We are given a NumPy array of price movements movements, where the rows correspond to companies, and a list of the company names companies.
SciPy hierarchical clustering doesn't fit into a sklearn pipeline, so we'll need to use the normalize() function from sklearn.preprocessing instead of Normalizer

"""



"""

Import normalize from sklearn.preprocessing.
Rescale the price movements for each stock by using the normalize() function on movements.
Apply the linkage() function to normalized_movements, using 'complete' linkage, to calculate the hierarchical clustering. Assign the result to mergings.
Plot a dendrogram of the hierarchical clustering, using the list companies of company names as the labels. In addition, specify the leaf_rotation=90, and leaf_font_size=6 keyword arguments.

"""


# Import normalize
from sklearn.preprocessing import normalize

# Normalize the movements: normalized_movements
normalized_movements = normalize(movements)

# Calculate the linkage: mergings
mergings = linkage(normalized_movements, method = 'complete')

# Plot the dendrogram
dendrogram(mergings,
           labels=companies,
           leaf_rotation=90,
           leaf_font_size=6,
)
plt.show()

# Cluster labels in Hierarchical Clustering

** Intermediate Clusterings & Height **

In [None]:
"""

1) What is an Intermediate Clustering?
----------------------------------------
At different points in the process, we can stop merging and take the clusters as they are.


2) What Does the Height in a Dendrogram Mean?
----------------------------------------------
The y-axis of the dendrogram shows the distance between clusters when they merge.

If two clusters merge at height 6, it means they were 6 units apart.

The bigger the height, the less similar the clusters were before merging


3) How to Use This in Practice?
-------------------------------------
We can choose a height on the dendrogram to decide how many clusters we want.

If we stop merging at a lower height, we get many, small clusters.
If we stop merging at a higher height, we get fewer, larger clusters.



"""

**Distance Between Clusters**

In [None]:
"""


1) How Do We Measure the Distance Between Clusters?
--------------------------------------------------------
When grouping things together in hierarchical clustering, we need to decide how to measure the distance between two clusters.
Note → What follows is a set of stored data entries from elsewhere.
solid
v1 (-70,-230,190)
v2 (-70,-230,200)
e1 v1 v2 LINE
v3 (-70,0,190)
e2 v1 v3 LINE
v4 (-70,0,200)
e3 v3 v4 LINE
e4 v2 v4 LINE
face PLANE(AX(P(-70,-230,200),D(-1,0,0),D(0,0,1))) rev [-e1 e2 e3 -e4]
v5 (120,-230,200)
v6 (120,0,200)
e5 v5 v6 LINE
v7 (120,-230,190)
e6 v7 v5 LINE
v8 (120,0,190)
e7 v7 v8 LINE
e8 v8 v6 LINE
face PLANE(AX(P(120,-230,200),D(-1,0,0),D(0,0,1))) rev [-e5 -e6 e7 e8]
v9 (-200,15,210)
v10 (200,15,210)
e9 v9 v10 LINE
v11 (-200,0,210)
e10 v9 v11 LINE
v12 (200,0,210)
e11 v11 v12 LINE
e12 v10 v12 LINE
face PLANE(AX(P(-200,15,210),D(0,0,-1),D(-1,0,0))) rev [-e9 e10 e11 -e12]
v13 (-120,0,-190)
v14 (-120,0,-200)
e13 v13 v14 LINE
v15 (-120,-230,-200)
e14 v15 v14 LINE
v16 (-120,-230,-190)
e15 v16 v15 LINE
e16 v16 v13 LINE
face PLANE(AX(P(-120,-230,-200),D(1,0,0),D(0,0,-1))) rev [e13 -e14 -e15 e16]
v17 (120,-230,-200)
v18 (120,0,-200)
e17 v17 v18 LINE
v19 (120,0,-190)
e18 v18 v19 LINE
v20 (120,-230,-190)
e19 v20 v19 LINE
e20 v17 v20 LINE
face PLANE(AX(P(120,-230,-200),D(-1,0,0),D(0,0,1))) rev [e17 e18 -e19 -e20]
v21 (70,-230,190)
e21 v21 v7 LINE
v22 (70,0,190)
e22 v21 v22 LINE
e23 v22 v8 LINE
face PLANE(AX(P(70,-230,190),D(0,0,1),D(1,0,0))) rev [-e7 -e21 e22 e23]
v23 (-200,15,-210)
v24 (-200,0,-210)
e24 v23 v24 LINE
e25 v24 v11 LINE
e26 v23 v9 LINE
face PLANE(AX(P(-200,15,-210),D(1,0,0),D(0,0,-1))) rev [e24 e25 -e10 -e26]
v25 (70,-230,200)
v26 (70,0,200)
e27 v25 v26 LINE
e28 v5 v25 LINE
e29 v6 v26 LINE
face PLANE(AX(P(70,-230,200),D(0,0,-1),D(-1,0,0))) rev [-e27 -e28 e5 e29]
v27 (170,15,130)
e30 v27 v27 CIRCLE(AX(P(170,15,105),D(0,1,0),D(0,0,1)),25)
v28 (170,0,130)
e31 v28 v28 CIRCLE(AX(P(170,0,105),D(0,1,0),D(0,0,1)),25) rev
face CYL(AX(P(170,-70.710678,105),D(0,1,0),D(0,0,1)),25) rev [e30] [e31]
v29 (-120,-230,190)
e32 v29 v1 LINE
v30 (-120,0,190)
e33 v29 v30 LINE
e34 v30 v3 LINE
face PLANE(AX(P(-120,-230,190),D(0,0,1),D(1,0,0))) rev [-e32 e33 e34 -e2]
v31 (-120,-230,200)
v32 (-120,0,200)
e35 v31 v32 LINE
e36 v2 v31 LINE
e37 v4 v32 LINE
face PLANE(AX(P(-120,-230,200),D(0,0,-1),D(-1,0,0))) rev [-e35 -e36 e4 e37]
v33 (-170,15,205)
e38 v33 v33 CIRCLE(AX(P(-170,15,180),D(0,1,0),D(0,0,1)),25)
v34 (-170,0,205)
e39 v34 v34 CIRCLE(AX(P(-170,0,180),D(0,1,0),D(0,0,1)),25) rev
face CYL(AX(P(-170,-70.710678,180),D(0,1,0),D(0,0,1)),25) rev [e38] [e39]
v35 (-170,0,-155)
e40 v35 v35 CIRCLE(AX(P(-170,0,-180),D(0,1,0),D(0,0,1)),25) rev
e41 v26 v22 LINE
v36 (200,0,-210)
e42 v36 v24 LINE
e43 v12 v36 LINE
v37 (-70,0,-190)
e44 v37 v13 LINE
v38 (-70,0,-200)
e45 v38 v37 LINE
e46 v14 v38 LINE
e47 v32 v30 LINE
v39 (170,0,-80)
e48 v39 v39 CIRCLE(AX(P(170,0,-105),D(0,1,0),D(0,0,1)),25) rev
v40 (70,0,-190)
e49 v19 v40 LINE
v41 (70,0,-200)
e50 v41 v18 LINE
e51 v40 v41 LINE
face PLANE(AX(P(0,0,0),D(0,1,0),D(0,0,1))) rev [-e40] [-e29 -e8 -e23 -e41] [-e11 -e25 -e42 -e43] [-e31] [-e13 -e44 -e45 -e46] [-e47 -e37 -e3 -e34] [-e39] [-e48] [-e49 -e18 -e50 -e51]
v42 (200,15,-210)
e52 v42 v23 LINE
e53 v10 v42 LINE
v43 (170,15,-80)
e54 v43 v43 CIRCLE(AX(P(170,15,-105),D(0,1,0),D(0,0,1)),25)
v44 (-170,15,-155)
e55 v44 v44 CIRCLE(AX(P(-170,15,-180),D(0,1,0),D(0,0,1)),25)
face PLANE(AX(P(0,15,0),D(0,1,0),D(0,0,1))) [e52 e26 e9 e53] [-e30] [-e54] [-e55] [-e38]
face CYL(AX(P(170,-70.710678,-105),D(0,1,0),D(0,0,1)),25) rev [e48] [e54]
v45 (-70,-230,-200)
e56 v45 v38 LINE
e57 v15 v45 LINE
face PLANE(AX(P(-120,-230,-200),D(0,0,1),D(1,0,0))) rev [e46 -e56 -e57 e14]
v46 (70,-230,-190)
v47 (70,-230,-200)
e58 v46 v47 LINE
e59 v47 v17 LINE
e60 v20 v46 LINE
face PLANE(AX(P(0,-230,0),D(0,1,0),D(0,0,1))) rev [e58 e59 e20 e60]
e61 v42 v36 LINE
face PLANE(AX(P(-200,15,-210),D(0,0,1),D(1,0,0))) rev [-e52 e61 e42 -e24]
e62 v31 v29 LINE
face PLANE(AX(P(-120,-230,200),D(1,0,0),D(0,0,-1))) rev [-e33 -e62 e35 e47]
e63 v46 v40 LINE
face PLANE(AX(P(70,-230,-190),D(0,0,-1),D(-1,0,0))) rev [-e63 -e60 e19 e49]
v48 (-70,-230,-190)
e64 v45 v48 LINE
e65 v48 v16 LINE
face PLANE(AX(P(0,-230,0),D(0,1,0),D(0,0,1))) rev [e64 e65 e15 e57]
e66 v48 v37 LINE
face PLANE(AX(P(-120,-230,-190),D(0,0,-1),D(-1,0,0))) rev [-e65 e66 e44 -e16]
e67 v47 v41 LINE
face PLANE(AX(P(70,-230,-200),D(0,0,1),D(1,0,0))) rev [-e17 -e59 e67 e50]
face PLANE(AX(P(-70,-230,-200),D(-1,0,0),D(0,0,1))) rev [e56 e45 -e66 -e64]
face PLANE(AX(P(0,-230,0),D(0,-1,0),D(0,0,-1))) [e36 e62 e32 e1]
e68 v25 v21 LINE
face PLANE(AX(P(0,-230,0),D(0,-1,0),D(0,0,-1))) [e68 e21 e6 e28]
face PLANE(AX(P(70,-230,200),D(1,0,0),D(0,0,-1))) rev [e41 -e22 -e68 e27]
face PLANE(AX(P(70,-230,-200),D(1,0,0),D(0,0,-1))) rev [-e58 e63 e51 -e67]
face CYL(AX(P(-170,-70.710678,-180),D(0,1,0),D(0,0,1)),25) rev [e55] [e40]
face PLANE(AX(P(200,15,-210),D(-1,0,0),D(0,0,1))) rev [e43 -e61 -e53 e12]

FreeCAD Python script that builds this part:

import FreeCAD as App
import Part
import Sketcher

V = App.Vector


def add_polygon(sketch, points):
    """Adds a closed chain of lines whose ends are joined by coincident constraints."""
    first, n = sketch.GeometryCount, len(points)
    for a, b in zip(points, points[1:] + points[:1]):
        sketch.addGeometry(Part.LineSegment(App.Vector(*a, 0), App.Vector(*b, 0)), False)
    for i in range(n):
        sketch.addConstraint(Sketcher.Constraint("Coincident", first + i, 2, first + (i + 1) % n, 1))

doc = App.newDocument("Part")
body = doc.addObject("PartDesign::Body", "Body")

# Sketch on XZ plane
sketch1 = body.newObject("Sketcher::SketchObject", "Sketch")
sketch1.AttachmentSupport = (doc.getObject("XZ_Plane"), [""])
sketch1.MapMode = "FlatFace"
add_polygon(sketch1, [(-200, -210), (-200, 210), (200, 210), (200, -210)])  # lines 0-3
sketch1.addConstraint([
    Sketcher.Constraint("Vertical", 0),
    Sketcher.Constraint("Horizontal", 1),
    Sketcher.Constraint("Vertical", 2),
    Sketcher.Constraint("Horizontal", 3),
    Sketcher.Constraint("Symmetric", 0, 2, 2, 2, -1, 1),
    Sketcher.Constraint("DistanceX", 1, 1, 1, 2, 400.0),
    Sketcher.Constraint("DistanceY", 0, 1, 0, 2, 420.0),
])
pad1 = body.newObject("PartDesign::Pad", "Pad")
pad1.Profile = sketch1
pad1.Length = 15
pad1.Reversed = True

# Sketch on XZ plane
sketch2 = body.newObject("Sketcher::SketchObject", "Sketch001")
sketch2.AttachmentSupport = (doc.getObject("XZ_Plane"), [""])
sketch2.MapMode = "FlatFace"
sketch2.AttachmentOffset = App.Placement(V(0, 0, -15), App.Rotation())
sketch2.addGeometry([
    Part.Circle(V(-170, -180, 0), V(0, 0, 1), 25),
    Part.Circle(V(-170, 180, 0), V(0, 0, 1), 25),
    Part.Circle(V(170, 105, 0), V(0, 0, 1), 25),
    Part.Circle(V(170, -105, 0), V(0, 0, 1), 25),
], False)
sketch2.addConstraint([
    Sketcher.Constraint("Equal", 0, 1),
    Sketcher.Constraint("Equal", 1, 2),
    Sketcher.Constraint("Equal", 2, 3),
    Sketcher.Constraint("Symmetric", 0, 3, 1, 3, -1),
    Sketcher.Constraint("Symmetric", 2, 3, 3, 3, -1),
    Sketcher.Constraint("Diameter", 0, 50.0),
    Sketcher.Constraint("DistanceX", 0, 3, -1, 1, 170.0),
    Sketcher.Constraint("DistanceY", 0, 3, -1, 1, 180.0),
    Sketcher.Constraint("DistanceX", -1, 1, 2, 3, 170.0),
    Sketcher.Constraint("DistanceY", -1, 1, 2, 3, 105.0),
])
pocket1 = body.newObject("PartDesign::Pocket", "Pocket")
pocket1.Profile = sketch2
pocket1.Length = 15
pocket1.Reversed = True

# Sketch on XZ plane
sketch3 = body.newObject("Sketcher::SketchObject", "Sketch002")
sketch3.AttachmentSupport = (doc.getObject("XZ_Plane"), [""])
sketch3.MapMode = "FlatFace"
add_polygon(sketch3, [(-120, 200), (-120, 190), (-70, 190), (-70, 200)])  # lines 0-3
add_polygon(sketch3, [(70, 200), (70, 190), (120, 190), (120, 200)])  # lines 4-7
add_polygon(sketch3, [(-120, -190), (-120, -200), (-70, -200), (-70, -190)])  # lines 8-11
add_polygon(sketch3, [(70, -190), (70, -200), (120, -200), (120, -190)])  # lines 12-15
sketch3.addConstraint([
    Sketcher.Constraint("Vertical", 0),
    Sketcher.Constraint("Horizontal", 1),
    Sketcher.Constraint("Vertical", 2),
    Sketcher.Constraint("Horizontal", 3),
    Sketcher.Constraint("Vertical", 4),
    Sketcher.Constraint("Horizontal", 5),
    Sketcher.Constraint("Vertical", 6),
    Sketcher.Constraint("Horizontal", 7),
    Sketcher.Constraint("Vertical", 8),
    Sketcher.Constraint("Horizontal", 9),
    Sketcher.Constraint("Vertical", 10),
    Sketcher.Constraint("Horizontal", 11),
    Sketcher.Constraint("Vertical", 12),
    Sketcher.Constraint("Horizontal", 13),
    Sketcher.Constraint("Vertical", 14),
    Sketcher.Constraint("Horizontal", 15),
    Sketcher.Constraint("Symmetric", 6, 2, 8, 2, -1, 1),
    Sketcher.Constraint("Symmetric", 4, 2, 10, 2, -1, 1),
    Sketcher.Constraint("Symmetric", 2, 2, 12, 2, -1, 1),
    Sketcher.Constraint("Symmetric", 0, 2, 14, 2, -1, 1),
    Sketcher.Constraint("Symmetric", 1, 2, 4, 2, -2),
    Sketcher.Constraint("Symmetric", 3, 2, 6, 2, -2),
    Sketcher.Constraint("DistanceX", 1, 1, 1, 2, 50.0),
    Sketcher.Constraint("DistanceY", 0, 2, 0, 1, 10.0),
    Sketcher.Constraint("DistanceX", 0, 2, -1, 1, 120.0),
    Sketcher.Constraint("DistanceY", -1, 1, 0, 2, 190.0),
])
pad2 = body.newObject("PartDesign::Pad", "Pad001")
pad2.Profile = sketch3
pad2.Length = 230

doc.recompute()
This is called the "linkage method".



"Complete linkage" means:
-------------------------------
The distance between two clusters is the largest distance between any two points (one from each cluster).
This ensures that clusters stay compact and don’t have very distant points inside them.


Example:

two groups (clusters):

Cluster 1: A (160 cm), B (170 cm)
Cluster 2: C (180 cm), D (190 cm)

Now, we want to measure the distance between these two clusters.
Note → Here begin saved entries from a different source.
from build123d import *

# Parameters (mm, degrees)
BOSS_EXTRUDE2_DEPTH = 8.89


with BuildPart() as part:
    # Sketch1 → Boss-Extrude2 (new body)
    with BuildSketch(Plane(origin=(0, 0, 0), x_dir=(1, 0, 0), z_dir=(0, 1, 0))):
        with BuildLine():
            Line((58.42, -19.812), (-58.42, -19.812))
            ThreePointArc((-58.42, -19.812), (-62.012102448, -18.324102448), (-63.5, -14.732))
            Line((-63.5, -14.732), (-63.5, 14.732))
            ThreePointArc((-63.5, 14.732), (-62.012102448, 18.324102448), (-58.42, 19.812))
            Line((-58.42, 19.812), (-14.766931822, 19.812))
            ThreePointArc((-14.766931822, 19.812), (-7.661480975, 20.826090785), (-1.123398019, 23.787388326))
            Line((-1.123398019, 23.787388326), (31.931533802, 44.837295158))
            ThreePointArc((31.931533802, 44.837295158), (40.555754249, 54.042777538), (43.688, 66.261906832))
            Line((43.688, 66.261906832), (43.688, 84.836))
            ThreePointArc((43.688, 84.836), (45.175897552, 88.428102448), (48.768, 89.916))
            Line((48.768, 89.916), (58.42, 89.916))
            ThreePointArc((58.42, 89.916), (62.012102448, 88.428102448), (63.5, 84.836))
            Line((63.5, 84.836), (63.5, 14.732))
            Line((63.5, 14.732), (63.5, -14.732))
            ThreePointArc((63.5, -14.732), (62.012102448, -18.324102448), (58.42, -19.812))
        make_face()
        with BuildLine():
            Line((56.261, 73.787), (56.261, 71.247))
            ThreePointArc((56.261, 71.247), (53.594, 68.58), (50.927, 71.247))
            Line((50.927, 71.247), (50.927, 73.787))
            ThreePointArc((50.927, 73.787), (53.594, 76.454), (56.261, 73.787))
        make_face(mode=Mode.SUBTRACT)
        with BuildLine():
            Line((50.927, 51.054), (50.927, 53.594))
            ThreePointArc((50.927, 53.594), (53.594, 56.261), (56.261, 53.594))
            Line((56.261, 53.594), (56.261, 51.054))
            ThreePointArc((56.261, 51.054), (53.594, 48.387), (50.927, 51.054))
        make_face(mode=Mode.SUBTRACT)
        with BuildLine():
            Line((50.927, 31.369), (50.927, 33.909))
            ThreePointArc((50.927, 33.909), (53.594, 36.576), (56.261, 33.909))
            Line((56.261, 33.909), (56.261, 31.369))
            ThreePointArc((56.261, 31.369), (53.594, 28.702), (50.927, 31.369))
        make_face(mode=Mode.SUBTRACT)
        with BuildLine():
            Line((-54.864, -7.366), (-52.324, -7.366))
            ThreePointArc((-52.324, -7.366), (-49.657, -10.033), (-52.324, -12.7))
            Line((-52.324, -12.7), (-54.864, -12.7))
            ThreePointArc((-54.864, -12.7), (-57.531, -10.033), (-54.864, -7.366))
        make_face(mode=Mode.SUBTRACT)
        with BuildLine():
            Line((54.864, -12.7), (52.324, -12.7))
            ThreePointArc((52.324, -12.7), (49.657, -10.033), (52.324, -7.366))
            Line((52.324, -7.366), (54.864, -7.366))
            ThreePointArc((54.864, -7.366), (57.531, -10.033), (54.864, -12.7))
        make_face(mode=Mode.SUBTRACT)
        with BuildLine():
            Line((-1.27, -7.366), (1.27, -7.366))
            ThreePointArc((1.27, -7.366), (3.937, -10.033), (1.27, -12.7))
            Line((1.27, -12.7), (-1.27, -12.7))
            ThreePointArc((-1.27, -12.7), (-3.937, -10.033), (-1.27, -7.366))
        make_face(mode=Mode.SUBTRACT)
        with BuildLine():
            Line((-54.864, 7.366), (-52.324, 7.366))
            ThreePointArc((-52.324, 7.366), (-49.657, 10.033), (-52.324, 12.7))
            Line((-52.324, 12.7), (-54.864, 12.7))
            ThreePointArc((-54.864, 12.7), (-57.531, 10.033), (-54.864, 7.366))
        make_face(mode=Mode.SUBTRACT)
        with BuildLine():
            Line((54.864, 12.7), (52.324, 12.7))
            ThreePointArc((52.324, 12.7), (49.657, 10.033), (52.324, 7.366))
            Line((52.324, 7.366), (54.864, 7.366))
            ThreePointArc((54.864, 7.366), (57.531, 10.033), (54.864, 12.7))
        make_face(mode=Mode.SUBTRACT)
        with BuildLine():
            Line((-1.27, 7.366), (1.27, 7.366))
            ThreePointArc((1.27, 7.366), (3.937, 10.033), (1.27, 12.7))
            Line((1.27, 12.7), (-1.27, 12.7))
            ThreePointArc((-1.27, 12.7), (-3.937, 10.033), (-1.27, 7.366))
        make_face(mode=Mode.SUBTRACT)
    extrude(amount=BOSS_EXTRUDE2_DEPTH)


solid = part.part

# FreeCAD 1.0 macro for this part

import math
import FreeCAD as App
import Part
import Sketcher
Q = App.Units.Quantity

doc = App.newDocument("Part")
body = doc.addObject("PartDesign::Body", "Body")

sketch1 = body.newObject("Sketcher::SketchObject", "Sketch")
sketch1.AttachmentSupport = (doc.getObject("XZ_Plane"), [""])
sketch1.MapMode = "FlatFace"
sketch1.addGeometry(Part.LineSegment(App.Vector(-58.42, 19.812, 0), App.Vector(58.42, 19.812, 0)), False)
sketch1.addGeometry(Part.ArcOfCircle(Part.Circle(App.Vector(58.42, 14.732, 0), App.Vector(0, 0, 1), 5.08), math.radians(0), math.radians(90)), False)
sketch1.addGeometry(Part.LineSegment(App.Vector(63.5, 14.732, 0), App.Vector(63.5, -84.836, 0)), False)
sketch1.addGeometry(Part.ArcOfCircle(Part.Circle(App.Vector(58.42, -84.836, 0), App.Vector(0, 0, 1), 5.08), math.radians(-90), math.radians(0)), False)
sketch1.addGeometry(Part.LineSegment(App.Vector(58.42, -89.916, 0), App.Vector(48.768, -89.916, 0)), False)
sketch1.addGeometry(Part.ArcOfCircle(Part.Circle(App.Vector(48.768, -84.836, 0), App.Vector(0, 0, 1), 5.08), math.radians(-180), math.radians(-90)), False)
sketch1.addGeometry(Part.LineSegment(App.Vector(43.688, -84.836, 0), App.Vector(43.688, -66.261907, 0)), False)
sketch1.addGeometry(Part.ArcOfCircle(Part.Circle(App.Vector(18.288, -66.261907, 0), App.Vector(0, 0, 1), 25.4), math.radians(0), math.radians(57.510367)), False)
sketch1.addGeometry(Part.LineSegment(App.Vector(31.931534, -44.837295, 0), App.Vector(-1.123398, -23.787388, 0)), False)
sketch1.addGeometry(Part.ArcOfCircle(Part.Circle(App.Vector(-14.766932, -45.212, 0), App.Vector(0, 0, 1), 25.4), math.radians(57.510367), math.radians(90)), False)
sketch1.addGeometry(Part.LineSegment(App.Vector(-14.766932, -19.812, 0), App.Vector(-58.42, -19.812, 0)), False)
sketch1.addGeometry(Part.ArcOfCircle(Part.Circle(App.Vector(-58.42, -14.732, 0), App.Vector(0, 0, 1), 5.08), math.radians(-180), math.radians(-90)), False)
sketch1.addGeometry(Part.LineSegment(App.Vector(-63.5, -14.732, 0), App.Vector(-63.5, 14.732, 0)), False)
sketch1.addGeometry(Part.ArcOfCircle(Part.Circle(App.Vector(-58.42, 14.732, 0), App.Vector(0, 0, 1), 5.08), math.radians(90), math.radians(180)), False)
sketch1.addGeometry(Part.LineSegment(App.Vector(54.864, 12.7, 0), App.Vector(52.324, 12.7, 0)), False)
sketch1.addGeometry(Part.ArcOfCircle(Part.Circle(App.Vector(52.324, 10.033, 0), App.Vector(0, 0, 1), 2.667), math.radians(90), math.radians(270)), False)
sketch1.addGeometry(Part.LineSegment(App.Vector(52.324, 7.366, 0), App.Vector(54.864, 7.366, 0)), False)
sketch1.addGeometry(Part.ArcOfCircle(Part.Circle(App.Vector(54.864, 10.033, 0), App.Vector(0, 0, 1), 2.667), math.radians(-90), math.radians(90)), False)
sketch1.addGeometry(Part.LineSegment(App.Vector(-1.27, 7.366, 0), App.Vector(1.27, 7.366, 0)), False)
sketch1.addGeometry(Part.ArcOfCircle(Part.Circle(App.Vector(1.27, 10.033, 0), App.Vector(0, 0, 1), 2.667), math.radians(-90), math.radians(90)), False)
sketch1.addGeometry(Part.LineSegment(App.Vector(1.27, 12.7, 0), App.Vector(-1.27, 12.7, 0)), False)
sketch1.addGeometry(Part.ArcOfCircle(Part.Circle(App.Vector(-1.27, 10.033, 0), App.Vector(0, 0, 1), 2.667), math.radians(90), math.radians(270)), False)
sketch1.addGeometry(Part.ArcOfCircle(Part.Circle(App.Vector(54.864, -10.033, 0), App.Vector(0, 0, 1), 2.667), math.radians(-90), math.radians(90)), False)
sketch1.addGeometry(Part.LineSegment(App.Vector(54.864, -7.366, 0), App.Vector(52.324, -7.366, 0)), False)
sketch1.addGeometry(Part.ArcOfCircle(Part.Circle(App.Vector(52.324, -10.033, 0), App.Vector(0, 0, 1), 2.667), math.radians(90), math.radians(270)), False)
sketch1.addGeometry(Part.LineSegment(App.Vector(52.324, -12.7, 0), App.Vector(54.864, -12.7, 0)), False)
sketch1.addGeometry(Part.ArcOfCircle(Part.Circle(App.Vector(-1.27, -10.033, 0), App.Vector(0, 0, 1), 2.667), math.radians(90), math.radians(270)), False)
sketch1.addGeometry(Part.LineSegment(App.Vector(-1.27, -12.7, 0), App.Vector(1.27, -12.7, 0)), False)
sketch1.addGeometry(Part.ArcOfCircle(Part.Circle(App.Vector(1.27, -10.033, 0), App.Vector(0, 0, 1), 2.667), math.radians(-90), math.radians(90)), False)
sketch1.addGeometry(Part.LineSegment(App.Vector(1.27, -7.366, 0), App.Vector(-1.27, -7.366, 0)), False)
sketch1.addGeometry(Part.LineSegment(App.Vector(-54.864, 7.366, 0), App.Vector(-52.324, 7.366, 0)), False)
sketch1.addGeometry(Part.ArcOfCircle(Part.Circle(App.Vector(-52.324, 10.033, 0), App.Vector(0, 0, 1), 2.667), math.radians(-90), math.radians(90)), False)
sketch1.addGeometry(Part.LineSegment(App.Vector(-52.324, 12.7, 0), App.Vector(-54.864, 12.7, 0)), False)
sketch1.addGeometry(Part.ArcOfCircle(Part.Circle(App.Vector(-54.864, 10.033, 0), App.Vector(0, 0, 1), 2.667), math.radians(90), math.radians(270)), False)
sketch1.addGeometry(Part.ArcOfCircle(Part.Circle(App.Vector(-54.864, -10.033, 0), App.Vector(0, 0, 1), 2.667), math.radians(90), math.radians(270)), False)
sketch1.addGeometry(Part.LineSegment(App.Vector(-54.864, -12.7, 0), App.Vector(-52.324, -12.7, 0)), False)
sketch1.addGeometry(Part.ArcOfCircle(Part.Circle(App.Vector(-52.324, -10.033, 0), App.Vector(0, 0, 1), 2.667), math.radians(-90), math.radians(90)), False)
sketch1.addGeometry(Part.LineSegment(App.Vector(-52.324, -7.366, 0), App.Vector(-54.864, -7.366, 0)), False)
sketch1.addGeometry(Part.LineSegment(App.Vector(50.927, -31.369, 0), App.Vector(50.927, -33.909, 0)), False)
sketch1.addGeometry(Part.ArcOfCircle(Part.Circle(App.Vector(53.594, -33.909, 0), App.Vector(0, 0, 1), 2.667), math.radians(180), math.radians(360)), False)
sketch1.addGeometry(Part.LineSegment(App.Vector(56.261, -33.909, 0), App.Vector(56.261, -31.369, 0)), False)
sketch1.addGeometry(Part.ArcOfCircle(Part.Circle(App.Vector(53.594, -31.369, 0), App.Vector(0, 0, 1), 2.667), math.radians(0), math.radians(180)), False)
sketch1.addGeometry(Part.LineSegment(App.Vector(50.927, -51.054, 0), App.Vector(50.927, -53.594, 0)), False)
sketch1.addGeometry(Part.ArcOfCircle(Part.Circle(App.Vector(53.594, -53.594, 0), App.Vector(0, 0, 1), 2.667), math.radians(180), math.radians(360)), False)
sketch1.addGeometry(Part.LineSegment(App.Vector(56.261, -53.594, 0), App.Vector(56.261, -51.054, 0)), False)
sketch1.addGeometry(Part.ArcOfCircle(Part.Circle(App.Vector(53.594, -51.054, 0), App.Vector(0, 0, 1), 2.667), math.radians(0), math.radians(180)), False)
sketch1.addGeometry(Part.LineSegment(App.Vector(56.261, -73.787, 0), App.Vector(56.261, -71.247, 0)), False)
sketch1.addGeometry(Part.ArcOfCircle(Part.Circle(App.Vector(53.594, -71.247, 0), App.Vector(0, 0, 1), 2.667), math.radians(0), math.radians(180)), False)
sketch1.addGeometry(Part.LineSegment(App.Vector(50.927, -71.247, 0), App.Vector(50.927, -73.787, 0)), False)
sketch1.addGeometry(Part.ArcOfCircle(Part.Circle(App.Vector(53.594, -73.787, 0), App.Vector(0, 0, 1), 2.667), math.radians(180), math.radians(360)), False)
sketch1.addConstraint(Sketcher.Constraint("Tangent", 0, 2, 1, 2))
sketch1.addConstraint(Sketcher.Constraint("Tangent", 1, 1, 2, 1))
sketch1.addConstraint(Sketcher.Constraint("Tangent", 2, 2, 3, 2))
sketch1.addConstraint(Sketcher.Constraint("Tangent", 3, 1, 4, 1))
sketch1.addConstraint(Sketcher.Constraint("Tangent", 4, 2, 5, 2))
sketch1.addConstraint(Sketcher.Constraint("Tangent", 5, 1, 6, 1))
sketch1.addConstraint(Sketcher.Constraint("Tangent", 6, 2, 7, 1))
sketch1.addConstraint(Sketcher.Constraint("Tangent", 7, 2, 8, 1))
sketch1.addConstraint(Sketcher.Constraint("Tangent", 8, 2, 9, 1))
sketch1.addConstraint(Sketcher.Constraint("Tangent", 9, 2, 10, 1))
sketch1.addConstraint(Sketcher.Constraint("Tangent", 10, 2, 11, 2))
sketch1.addConstraint(Sketcher.Constraint("Tangent", 11, 1, 12, 1))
Step 1: Find All Possible Distances
We check the height differences between every student from Cluster 1 and every student from Cluster 2:

A (160 cm) vs. C (180 cm) → 20 cm
A (160 cm) vs. D (190 cm) → 30 cm
B (170 cm) vs. C (180 cm) → 10 cm
B (170 cm) vs. D (190 cm) → 20 cm

Step 2: Choose the Maximum Distance
The largest difference is 30 cm, so the distance between these two clusters is 30 cm.


Some other linkages:
------------------------

Single linkage: Uses the smallest distance between two points.
Average linkage: Uses the average distance between all pairs of points.
Centroid linkage: Uses the distance between cluster centers.


"""

In [None]:
"""

Import linkage and dendrogram from scipy.cluster.hierarchy.
Perform hierarchical clustering on samples using the linkage() function with the method='single' keyword argument. Assign the result to mergings.
Plot a dendrogram of the hierarchical clustering, using the list country_names as the labels. In addition, specify the leaf_rotation=90, and leaf_font_size=6 keyword arguments as you have done earlier.

"""


# Perform the necessary imports
import matplotlib.pyplot as plt
from scipy.cluster.hierarchy import linkage, dendrogram

# Calculate the linkage: mergings
mergings = linkage(samples, method = 'single')

# Plot the dendrogram
dendrogram(mergings,
           labels=country_names,
           leaf_rotation=90,
           leaf_font_size=6,
)
plt.show()


In [None]:
### Intermediate clusterings

"""

Displayed is the dendrogram for the hierarchical clustering of the grain samples that you computed earlier. If the hierarchical clustering were stopped
at height 6 on the dendrogram, how many clusters would there be?

"""


from scipy.cluster.hierarchy import linkage
mergings = linkage(samples, method='complete')
from scipy.cluster.hierarchy import fcluster
labels = fcluster(mergings, 6, criterion='distance')
print(labels)

In [None]:
### Extracting the cluster labels

"""

Import:
pandas as pd.
fcluster from scipy.cluster.hierarchy.


Perform a flat hierarchical clustering by using the fcluster() function on mergings. Specify a maximum height of 6 and the keyword argument criterion='distance'.
Create a DataFrame df with two columns named 'labels' and 'varieties', using labels and varieties, respectively, for the column values. This has been done for you.
Create a cross-tabulation ct between df['labels'] and df['varieties'] to count the number of times each grain variety coincides with each cluster label.

"""

# Perform the necessary imports
import pandas as pd
from scipy.cluster.hierarchy import fcluster

# Use fcluster to extract labels: labels
labels = fcluster(mergings, 6, criterion='distance')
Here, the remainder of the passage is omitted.